How do I modify the aggregate function of a batch in back propagation?

tosaka2 · May 26, 2021, 2:14pm

In the batch gradient method, the parameters are updated by simply averaging the gradients in the batch direction, but in my particular situation, I need to change the aggregation function (average → weighted sum, etc.).

How can I make this happen? As far as I can tell, it’s not possible with register_full_backward_hook.

TinfoilHat0 · May 27, 2021, 1:48am

After calling, .backward(), I think you can iterate over model parameters and collect their gradients. Then you can modify them, and call the optimizer.step() as usual. That’s what comes to my mind at least.

And if you’re simply weighting training data instances, you can multiply the loss function rather than directly modifying the gradients.

tosaka2 · May 27, 2021, 3:51am

Thanks for the reply, TinfoilHat0!

Is there a way to get the gradient for each element of the batch that way? As I understand it, weight.grad contains the values after applying the aggregate function to the batch.

Also, I didn’t explain it well enough, but the aggregate function to be modified is more complex, and cannot be achieved by simply multiplying the loss.

TinfoilHat0 · May 27, 2021, 6:13pm

Yeah, I think you’re right. weight.grad contains what’s computed after batch gradients are averaged.

I think you can explicitly get the gradient of a particular input by

torch.autograd.grad(out, x)[0]

where out is the model’s output and x is the particular input you’re interested in.

tosaka2 · May 28, 2021, 12:38am

Thank you, TinfoilHat0!

That method seems to be no different than using .backward() and weight.grad.
Of course, it is possible if the batch size is set to 1, but that would be too inefficient.

What I want to do now is to process batch by batch with forward propagation, and get the gradient for the weights of each element in the batch.

TinfoilHat0 · May 28, 2021, 3:55am

Yeah I was thinking of the case for computing the gradient wrt each input in the batch individually.

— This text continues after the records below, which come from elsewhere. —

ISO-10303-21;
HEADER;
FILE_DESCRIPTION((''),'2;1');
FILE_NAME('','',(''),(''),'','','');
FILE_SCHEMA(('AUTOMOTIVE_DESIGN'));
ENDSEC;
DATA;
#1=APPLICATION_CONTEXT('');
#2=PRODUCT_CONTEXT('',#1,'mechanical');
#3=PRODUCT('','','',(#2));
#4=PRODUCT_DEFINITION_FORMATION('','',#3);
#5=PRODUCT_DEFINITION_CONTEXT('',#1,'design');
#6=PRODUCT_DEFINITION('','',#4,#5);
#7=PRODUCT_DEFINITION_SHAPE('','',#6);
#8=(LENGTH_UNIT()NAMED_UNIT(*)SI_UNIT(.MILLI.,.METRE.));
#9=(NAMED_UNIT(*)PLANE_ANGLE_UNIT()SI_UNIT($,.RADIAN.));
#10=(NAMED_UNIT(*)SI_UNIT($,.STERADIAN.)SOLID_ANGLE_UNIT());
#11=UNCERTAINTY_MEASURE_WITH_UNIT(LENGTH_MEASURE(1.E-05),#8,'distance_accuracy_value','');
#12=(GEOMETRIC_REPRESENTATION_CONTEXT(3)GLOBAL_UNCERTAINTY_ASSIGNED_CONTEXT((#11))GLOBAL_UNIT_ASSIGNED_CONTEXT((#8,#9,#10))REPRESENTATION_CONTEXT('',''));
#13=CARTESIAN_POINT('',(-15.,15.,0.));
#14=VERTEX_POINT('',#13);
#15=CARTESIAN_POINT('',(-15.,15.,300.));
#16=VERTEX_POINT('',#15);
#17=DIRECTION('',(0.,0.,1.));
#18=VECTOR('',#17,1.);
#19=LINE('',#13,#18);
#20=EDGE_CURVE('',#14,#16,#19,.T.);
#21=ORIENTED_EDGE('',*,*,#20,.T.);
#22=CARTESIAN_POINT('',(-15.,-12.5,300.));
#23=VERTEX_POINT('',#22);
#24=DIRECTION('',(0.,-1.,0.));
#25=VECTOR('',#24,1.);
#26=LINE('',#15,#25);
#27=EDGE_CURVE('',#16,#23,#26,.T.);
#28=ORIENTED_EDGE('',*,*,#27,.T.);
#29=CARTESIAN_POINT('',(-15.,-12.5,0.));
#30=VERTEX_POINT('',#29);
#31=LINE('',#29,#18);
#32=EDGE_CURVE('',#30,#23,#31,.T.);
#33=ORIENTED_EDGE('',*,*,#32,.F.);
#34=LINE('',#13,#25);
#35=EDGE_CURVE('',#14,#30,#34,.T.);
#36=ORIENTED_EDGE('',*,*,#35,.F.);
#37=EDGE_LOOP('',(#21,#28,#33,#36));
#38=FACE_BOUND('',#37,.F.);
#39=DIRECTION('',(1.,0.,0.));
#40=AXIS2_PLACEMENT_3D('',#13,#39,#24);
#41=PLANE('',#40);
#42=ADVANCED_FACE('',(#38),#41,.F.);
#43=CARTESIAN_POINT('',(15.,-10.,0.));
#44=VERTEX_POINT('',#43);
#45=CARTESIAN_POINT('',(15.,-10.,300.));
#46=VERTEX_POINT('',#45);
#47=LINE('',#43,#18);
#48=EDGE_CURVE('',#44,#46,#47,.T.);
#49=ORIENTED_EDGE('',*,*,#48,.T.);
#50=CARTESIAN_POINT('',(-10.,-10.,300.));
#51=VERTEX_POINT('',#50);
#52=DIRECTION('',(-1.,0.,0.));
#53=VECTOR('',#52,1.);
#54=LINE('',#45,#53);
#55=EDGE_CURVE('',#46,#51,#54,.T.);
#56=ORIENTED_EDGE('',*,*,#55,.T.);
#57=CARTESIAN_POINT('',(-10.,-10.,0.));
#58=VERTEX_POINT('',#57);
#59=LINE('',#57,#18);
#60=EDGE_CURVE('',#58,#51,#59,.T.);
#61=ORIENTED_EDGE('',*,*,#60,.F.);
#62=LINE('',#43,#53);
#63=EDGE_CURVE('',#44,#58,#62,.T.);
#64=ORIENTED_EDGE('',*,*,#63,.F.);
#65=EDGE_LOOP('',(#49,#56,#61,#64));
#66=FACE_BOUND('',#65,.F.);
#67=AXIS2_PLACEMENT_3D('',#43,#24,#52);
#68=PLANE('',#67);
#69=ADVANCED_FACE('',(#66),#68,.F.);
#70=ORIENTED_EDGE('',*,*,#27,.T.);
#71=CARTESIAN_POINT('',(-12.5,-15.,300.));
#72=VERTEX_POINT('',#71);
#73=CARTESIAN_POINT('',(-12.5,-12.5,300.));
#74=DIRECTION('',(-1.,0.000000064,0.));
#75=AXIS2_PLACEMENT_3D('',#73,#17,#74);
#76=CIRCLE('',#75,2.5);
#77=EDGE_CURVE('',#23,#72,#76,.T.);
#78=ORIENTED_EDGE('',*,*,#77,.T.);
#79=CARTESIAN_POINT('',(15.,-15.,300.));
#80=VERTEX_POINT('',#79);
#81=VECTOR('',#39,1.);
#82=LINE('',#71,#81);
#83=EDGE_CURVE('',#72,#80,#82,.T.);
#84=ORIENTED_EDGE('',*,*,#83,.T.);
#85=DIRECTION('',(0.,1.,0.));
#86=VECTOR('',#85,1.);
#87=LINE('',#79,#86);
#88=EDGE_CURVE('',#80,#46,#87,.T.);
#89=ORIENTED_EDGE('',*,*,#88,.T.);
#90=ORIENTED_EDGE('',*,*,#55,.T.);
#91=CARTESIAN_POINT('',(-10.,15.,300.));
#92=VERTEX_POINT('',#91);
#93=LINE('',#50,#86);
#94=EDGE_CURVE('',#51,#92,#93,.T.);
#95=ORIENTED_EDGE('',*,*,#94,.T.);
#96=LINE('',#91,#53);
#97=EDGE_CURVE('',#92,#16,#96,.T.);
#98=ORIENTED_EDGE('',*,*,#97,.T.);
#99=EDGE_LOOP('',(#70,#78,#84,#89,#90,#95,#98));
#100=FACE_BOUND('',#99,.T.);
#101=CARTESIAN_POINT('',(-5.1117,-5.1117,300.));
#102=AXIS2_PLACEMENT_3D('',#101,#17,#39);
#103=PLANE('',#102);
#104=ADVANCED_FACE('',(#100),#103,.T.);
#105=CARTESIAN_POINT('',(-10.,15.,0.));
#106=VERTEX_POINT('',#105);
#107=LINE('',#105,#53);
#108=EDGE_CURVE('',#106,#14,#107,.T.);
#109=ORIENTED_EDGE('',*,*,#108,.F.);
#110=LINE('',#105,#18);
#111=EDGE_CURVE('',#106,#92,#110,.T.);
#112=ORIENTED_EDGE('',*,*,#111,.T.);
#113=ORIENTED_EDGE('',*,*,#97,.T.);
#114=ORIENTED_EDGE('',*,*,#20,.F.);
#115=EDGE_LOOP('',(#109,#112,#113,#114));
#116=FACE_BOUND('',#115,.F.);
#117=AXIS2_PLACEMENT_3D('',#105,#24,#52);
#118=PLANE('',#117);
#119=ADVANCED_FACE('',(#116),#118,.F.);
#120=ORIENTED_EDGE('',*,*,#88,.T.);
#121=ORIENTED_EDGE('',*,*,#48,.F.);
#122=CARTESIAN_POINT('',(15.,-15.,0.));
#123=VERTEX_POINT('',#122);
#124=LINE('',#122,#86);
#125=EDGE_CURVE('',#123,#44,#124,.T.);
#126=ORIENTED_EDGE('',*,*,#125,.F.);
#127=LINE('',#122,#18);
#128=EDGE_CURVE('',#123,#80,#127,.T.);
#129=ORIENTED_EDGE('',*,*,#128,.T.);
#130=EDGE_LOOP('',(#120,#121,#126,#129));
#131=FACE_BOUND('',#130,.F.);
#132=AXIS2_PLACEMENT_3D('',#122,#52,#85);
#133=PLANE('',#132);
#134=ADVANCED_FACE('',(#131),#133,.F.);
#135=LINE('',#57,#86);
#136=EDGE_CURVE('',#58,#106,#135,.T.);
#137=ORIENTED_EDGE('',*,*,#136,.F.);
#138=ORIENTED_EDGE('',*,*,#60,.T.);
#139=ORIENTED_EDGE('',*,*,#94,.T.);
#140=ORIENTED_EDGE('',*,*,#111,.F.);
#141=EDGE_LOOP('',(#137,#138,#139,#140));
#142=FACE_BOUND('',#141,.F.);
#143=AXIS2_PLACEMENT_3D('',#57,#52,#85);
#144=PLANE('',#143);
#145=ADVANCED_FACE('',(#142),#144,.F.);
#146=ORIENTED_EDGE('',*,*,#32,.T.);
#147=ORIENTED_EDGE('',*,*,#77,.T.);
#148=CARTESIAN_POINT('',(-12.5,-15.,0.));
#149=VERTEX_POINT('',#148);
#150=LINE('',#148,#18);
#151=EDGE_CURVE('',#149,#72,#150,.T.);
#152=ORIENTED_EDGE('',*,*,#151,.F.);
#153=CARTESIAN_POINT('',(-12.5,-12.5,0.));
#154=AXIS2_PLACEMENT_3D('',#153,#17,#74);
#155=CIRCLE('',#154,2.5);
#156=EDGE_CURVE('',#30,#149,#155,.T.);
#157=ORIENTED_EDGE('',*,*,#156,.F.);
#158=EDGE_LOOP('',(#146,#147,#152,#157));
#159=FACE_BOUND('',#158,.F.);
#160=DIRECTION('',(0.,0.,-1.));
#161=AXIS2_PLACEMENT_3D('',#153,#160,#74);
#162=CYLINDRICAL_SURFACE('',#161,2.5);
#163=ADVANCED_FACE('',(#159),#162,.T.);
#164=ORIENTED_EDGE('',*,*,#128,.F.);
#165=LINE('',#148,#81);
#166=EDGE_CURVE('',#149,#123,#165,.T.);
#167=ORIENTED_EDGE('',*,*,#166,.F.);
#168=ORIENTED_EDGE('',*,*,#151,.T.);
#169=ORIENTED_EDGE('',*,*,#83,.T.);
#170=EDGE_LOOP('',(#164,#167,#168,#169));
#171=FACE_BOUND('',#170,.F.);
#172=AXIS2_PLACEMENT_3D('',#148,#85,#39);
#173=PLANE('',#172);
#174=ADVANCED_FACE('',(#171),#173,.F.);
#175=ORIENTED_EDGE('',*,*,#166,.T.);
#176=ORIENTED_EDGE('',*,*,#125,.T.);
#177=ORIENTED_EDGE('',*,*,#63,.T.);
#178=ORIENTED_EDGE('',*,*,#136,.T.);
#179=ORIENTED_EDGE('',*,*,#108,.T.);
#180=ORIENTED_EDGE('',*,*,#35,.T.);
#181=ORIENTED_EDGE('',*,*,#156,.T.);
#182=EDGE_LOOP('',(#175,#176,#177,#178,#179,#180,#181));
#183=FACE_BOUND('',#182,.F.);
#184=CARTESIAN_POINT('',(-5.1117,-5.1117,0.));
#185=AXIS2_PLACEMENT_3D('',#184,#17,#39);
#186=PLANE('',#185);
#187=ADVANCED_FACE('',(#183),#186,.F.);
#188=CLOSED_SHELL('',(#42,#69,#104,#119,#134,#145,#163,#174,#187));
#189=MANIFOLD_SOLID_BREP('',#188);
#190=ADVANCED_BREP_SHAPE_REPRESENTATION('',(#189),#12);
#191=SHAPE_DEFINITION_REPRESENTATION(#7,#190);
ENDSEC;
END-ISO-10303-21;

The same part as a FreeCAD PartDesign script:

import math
import FreeCAD as App
import Part
import Sketcher
from FreeCAD import Vector
Q = App.Units.Quantity

doc = App.newDocument("Part")
body = doc.addObject("PartDesign::Body", "Body")

# Sketch on XY plane
sketch1 = doc.addObject("Sketcher::SketchObject", "Sketch")
body.addObject(sketch1)
sketch1.AttachmentSupport = (doc.XY_Plane, [""])
sketch1.MapMode = "FlatFace"
sketch1.addGeometry(Part.LineSegment(Vector(-10, 15, 0), Vector(-15, 15, 0)), False)
sketch1.addGeometry(Part.LineSegment(Vector(-15, 15, 0), Vector(-15, -12.5, 0)), False)
sketch1.addGeometry(Part.ArcOfCircle(Part.Circle(Vector(-12.5, -12.5, 0), Vector(0, 0, 1), 2.5), math.radians(180), math.radians(270)), False)
sketch1.addGeometry(Part.LineSegment(Vector(-12.5, -15, 0), Vector(15, -15, 0)), False)
sketch1.addGeometry(Part.LineSegment(Vector(15, -15, 0), Vector(15, -10, 0)), False)
sketch1.addGeometry(Part.LineSegment(Vector(15, -10, 0), Vector(-10, -10, 0)), False)
sketch1.addGeometry(Part.LineSegment(Vector(-10, -10, 0), Vector(-10, 15, 0)), False)
sketch1.addConstraint(Sketcher.Constraint("Coincident", 0, 2, 1, 1))
sketch1.addConstraint(Sketcher.Constraint("Tangent", 1, 2, 2, 1))
sketch1.addConstraint(Sketcher.Constraint("Tangent", 2, 2, 3, 1))
sketch1.addConstraint(Sketcher.Constraint("Coincident", 3, 2, 4, 1))
sketch1.addConstraint(Sketcher.Constraint("Coincident", 4, 2, 5, 1))
sketch1.addConstraint(Sketcher.Constraint("Coincident", 5, 2, 6, 1))
sketch1.addConstraint(Sketcher.Constraint("Coincident", 6, 2, 0, 1))
sketch1.addConstraint(Sketcher.Constraint("Horizontal", 0))
sketch1.addConstraint(Sketcher.Constraint("Vertical", 1))
sketch1.addConstraint(Sketcher.Constraint("Horizontal", 3))
sketch1.addConstraint(Sketcher.Constraint("Vertical", 4))
sketch1.addConstraint(Sketcher.Constraint("Horizontal", 5))
sketch1.addConstraint(Sketcher.Constraint("Vertical", 6))
sketch1.addConstraint(Sketcher.Constraint("Symmetric", 0, 2, 3, 2, -1, 1))
sketch1.addConstraint(Sketcher.Constraint("Equal", 3, 1))
sketch1.addConstraint(Sketcher.Constraint("Equal", 0, 4))
sketch1.addConstraint(Sketcher.Constraint("Radius", 2, Q("2.5 mm")))
sketch1.addConstraint(Sketcher.Constraint("DistanceX", 0, 2, 0, 1, Q("5 mm")))
sketch1.addConstraint(Sketcher.Constraint("DistanceX", 5, 2, 5, 1, Q("25 mm")))
pad1 = doc.addObject("PartDesign::Pad", "Pad")
body.addObject(pad1)
pad1.Profile = sketch1
pad1.Length = 300

doc.recompute()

Sadly, I can’t think of an efficient way of doing this.

googlebot · May 28, 2021, 6:32am

averaging of losses is avoidable with reduction=‘none’ argument (and manual reduction with weighted sum etc.). at individual parameter level, it is exotic and more complex, for example if you have a linear layer: x.matmul(W), shapes are (batch,in) @ (in,out), W has no batch dimension, thus gradient summation is implicit in backprop tensor formulas (another matmul in this case).

tosaka2 · May 28, 2021, 2:12pm

If I can’t find a more efficient way, I’ll use that one.

Thanks, TinfoilHat0!

tosaka2 · May 28, 2021, 2:27pm

Thanks for the reply, googlebot!

So it looks like there is no way to get the gradient of W for each element of the batch directly, and we need to recover the value of the gradient of W from the gradient of the input/output.

googlebot · May 29, 2021, 9:56am

if you have some intermediate layer

layer(x : Tensor[b,in], p : Tensor[*]) → y : Tensor[b,out]

you don’t have to collect gradients wrt p by batch element to rescale p.grad - you can rescale output gradient (2d view in this case) rowwise, with scalar weights. But note:

loss reduction=‘none’ + weighted sum of losses approach has the same effect, applied to the whole network.
I have doubts about mixing different sample weights in one backpropagation, but I’ll assume you know what you’re doing
this reweighting sticks for earlier layers, i.e. for above function gradient wrt x is affected too. This can be counteracted with another reweighting (register_hook or similar approach).

tosaka2 · June 2, 2021, 2:03pm

Thank you, googlebot!

I’m sorry for my explanation, but actually the aggregate function I want to apply is more complex than weighting, so it can’t be achieved by weighting the losses.